§ **RECORDS SHOWN**:
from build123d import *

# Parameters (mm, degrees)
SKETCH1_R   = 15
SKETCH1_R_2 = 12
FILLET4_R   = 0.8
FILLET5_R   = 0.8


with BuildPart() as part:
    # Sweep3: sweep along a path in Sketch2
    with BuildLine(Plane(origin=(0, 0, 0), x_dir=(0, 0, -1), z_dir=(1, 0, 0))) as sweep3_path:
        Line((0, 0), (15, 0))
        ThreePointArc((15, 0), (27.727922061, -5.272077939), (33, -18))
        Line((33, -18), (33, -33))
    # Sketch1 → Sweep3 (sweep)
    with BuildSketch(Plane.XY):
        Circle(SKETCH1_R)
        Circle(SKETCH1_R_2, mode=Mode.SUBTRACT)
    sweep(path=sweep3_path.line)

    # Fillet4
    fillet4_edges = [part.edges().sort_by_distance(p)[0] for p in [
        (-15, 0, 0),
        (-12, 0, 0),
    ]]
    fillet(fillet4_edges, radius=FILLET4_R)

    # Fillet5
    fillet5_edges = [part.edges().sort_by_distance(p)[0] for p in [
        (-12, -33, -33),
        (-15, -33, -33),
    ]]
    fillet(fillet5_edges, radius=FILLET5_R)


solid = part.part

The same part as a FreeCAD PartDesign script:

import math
import FreeCAD as App
import Part
import Sketcher
from FreeCAD import Vector


def edges_at(feature, points):
    """Names of the edges that pass closest to the given points."""
    edges = feature.Shape.Edges
    near = lambda p: min(range(len(edges)), key=lambda i: edges[i].distToShape(Part.Vertex(*p))[0])
    return sorted({f"Edge{near(p) + 1}" for p in points})

doc = App.newDocument("Part")
body = doc.addObject("PartDesign::Body", "Body")

# Sketch on XY plane
sketch1 = doc.addObject("Sketcher::SketchObject", "Sketch")
body.addObject(sketch1)
sketch1.AttachmentSupport = (doc.XY_Plane, [""])
sketch1.MapMode = "FlatFace"
sketch1.addGeometry([
    Part.Circle(Vector(0, 0, 0), Vector(0, 0, 1), 15),
    Part.Circle(Vector(0, 0, 0), Vector(0, 0, 1), 12),
], False)
sketch1.addConstraint([
    Sketcher.Constraint("Coincident", 0, 3, -1, 1),
    Sketcher.Constraint("Coincident", 1, 3, -1, 1),
    Sketcher.Constraint("Diameter", 0, 30.0),
    Sketcher.Constraint("Diameter", 1, 24.0),
])

# Sketch on YZ plane
sketch2 = doc.addObject("Sketcher::SketchObject", "Sketch001")
body.addObject(sketch2)
sketch2.AttachmentSupport = (doc.YZ_Plane, [""])
sketch2.MapMode = "FlatFace"
sketch2.addGeometry([
    Part.LineSegment(Vector(0, 0, 0), Vector(0, -15, 0)),
    Part.ArcOfCircle(Part.Circle(Vector(-18, -15, 0), Vector(0, 0, 1), 18), math.radians(-90), math.radians(0)),
    Part.LineSegment(Vector(-18, -33, 0), Vector(-33, -33, 0)),
], False)
sketch2.addConstraint([
    Sketcher.Constraint("Tangent", 0, 2, 1, 2),
    Sketcher.Constraint("Tangent", 1, 1, 2, 1),
    Sketcher.Constraint("Vertical", 0),
    Sketcher.Constraint("Horizontal", 2),
    Sketcher.Constraint("Coincident", 0, 1, -1, 1),
    Sketcher.Constraint("Equal", 2, 0),
    Sketcher.Constraint("Radius", 1, 18.0),
    Sketcher.Constraint("DistanceX", 2, 2, 2, 1, 15.0),
])
doc.recompute()

additivepipe = doc.addObject("PartDesign::AdditivePipe", "AdditivePipe")
body.addObject(additivepipe)
additivepipe.Profile = sketch1
additivepipe.Spine = (sketch2, ["Edge1", "Edge2", "Edge3"])
doc.recompute()

fillet = doc.addObject("PartDesign::Fillet", "Fillet")
body.addObject(fillet)
fillet.Base = (additivepipe, edges_at(additivepipe, [(-15, 0, 0), (-12, 0, 0)]))
fillet.Radius = 0.8
doc.recompute()

fillet2 = doc.addObject("PartDesign::Fillet", "Fillet001")
body.addObject(fillet2)
fillet2.Base = (fillet, edges_at(fillet, [(-12, -33, -33), (-15, -33, -33)]))
fillet2.Radius = 0.8

doc.recompute()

§ **REQUIRED WORK**: Please print each entry once more, exactly as it reads.

§ **RESULT**:
from build123d import *

# Parameters (mm, degrees)
SKETCH1_R   = 15
SKETCH1_R_2 = 12
FILLET4_R   = 0.8
FILLET5_R   = 0.8


with BuildPart() as part:
    # Sweep3: sweep along a path in Sketch2
    with BuildLine(Plane(origin=(0, 0, 0), x_dir=(0, 0, -1), z_dir=(1, 0, 0))) as sweep3_path:
        Line((0, 0), (15, 0))
        ThreePointArc((15, 0), (27.727922061, -5.272077939), (33, -18))
        Line((33, -18), (33, -33))
    # Sketch1 → Sweep3 (sweep)
    with BuildSketch(Plane.XY):
        Circle(SKETCH1_R)
        Circle(SKETCH1_R_2, mode=Mode.SUBTRACT)
    sweep(path=sweep3_path.line)

    # Fillet4
    fillet4_edges = [part.edges().sort_by_distance(p)[0] for p in [
        (-15, 0, 0),
        (-12, 0, 0),
    ]]
    fillet(fillet4_edges, radius=FILLET4_R)

    # Fillet5
    fillet5_edges = [part.edges().sort_by_distance(p)[0] for p in [
        (-12, -33, -33),
        (-15, -33, -33),
    ]]
    fillet(fillet5_edges, radius=FILLET5_R)


solid = part.part

The same part as a FreeCAD PartDesign script:

import math
import FreeCAD as App
import Part
import Sketcher
from FreeCAD import Vector


def edges_at(feature, points):
    """Names of the edges that pass closest to the given points."""
    edges = feature.Shape.Edges
    near = lambda p: min(range(len(edges)), key=lambda i: edges[i].distToShape(Part.Vertex(*p))[0])
    return sorted({f"Edge{near(p) + 1}" for p in points})

doc = App.newDocument("Part")
body = doc.addObject("PartDesign::Body", "Body")

# Sketch on XY plane
sketch1 = doc.addObject("Sketcher::SketchObject", "Sketch")
body.addObject(sketch1)
sketch1.AttachmentSupport = (doc.XY_Plane, [""])
sketch1.MapMode = "FlatFace"
sketch1.addGeometry([
    Part.Circle(Vector(0, 0, 0), Vector(0, 0, 1), 15),
    Part.Circle(Vector(0, 0, 0), Vector(0, 0, 1), 12),
], False)
sketch1.addConstraint([
    Sketcher.Constraint("Coincident", 0, 3, -1, 1),
    Sketcher.Constraint("Coincident", 1, 3, -1, 1),
    Sketcher.Constraint("Diameter", 0, 30.0),
    Sketcher.Constraint("Diameter", 1, 24.0),
])

# Sketch on YZ plane
sketch2 = doc.addObject("Sketcher::SketchObject", "Sketch001")
body.addObject(sketch2)
sketch2.AttachmentSupport = (doc.YZ_Plane, [""])
sketch2.MapMode = "FlatFace"
sketch2.addGeometry([
    Part.LineSegment(Vector(0, 0, 0), Vector(0, -15, 0)),
    Part.ArcOfCircle(Part.Circle(Vector(-18, -15, 0), Vector(0, 0, 1), 18), math.radians(-90), math.radians(0)),
    Part.LineSegment(Vector(-18, -33, 0), Vector(-33, -33, 0)),
], False)
sketch2.addConstraint([
    Sketcher.Constraint("Tangent", 0, 2, 1, 2),
    Sketcher.Constraint("Tangent", 1, 1, 2, 1),
    Sketcher.Constraint("Vertical", 0),
    Sketcher.Constraint("Horizontal", 2),
    Sketcher.Constraint("Coincident", 0, 1, -1, 1),
    Sketcher.Constraint("Equal", 2, 0),
    Sketcher.Constraint("Radius", 1, 18.0),
    Sketcher.Constraint("DistanceX", 2, 2, 2, 1, 15.0),
])
doc.recompute()

additivepipe = doc.addObject("PartDesign::AdditivePipe", "AdditivePipe")
body.addObject(additivepipe)
additivepipe.Profile = sketch1
additivepipe.Spine = (sketch2, ["Edge1", "Edge2", "Edge3"])
doc.recompute()

fillet = doc.addObject("PartDesign::Fillet", "Fillet")
body.addObject(fillet)
fillet.Base = (additivepipe, edges_at(additivepipe, [(-15, 0, 0), (-12, 0, 0)]))
fillet.Radius = 0.8
doc.recompute()

fillet2 = doc.addObject("PartDesign::Fillet", "Fillet001")
body.addObject(fillet2)
fillet2.Base = (fillet, edges_at(fillet, [(-12, -33, -33), (-15, -33, -33)]))
fillet2.Radius = 0.8

doc.recompute()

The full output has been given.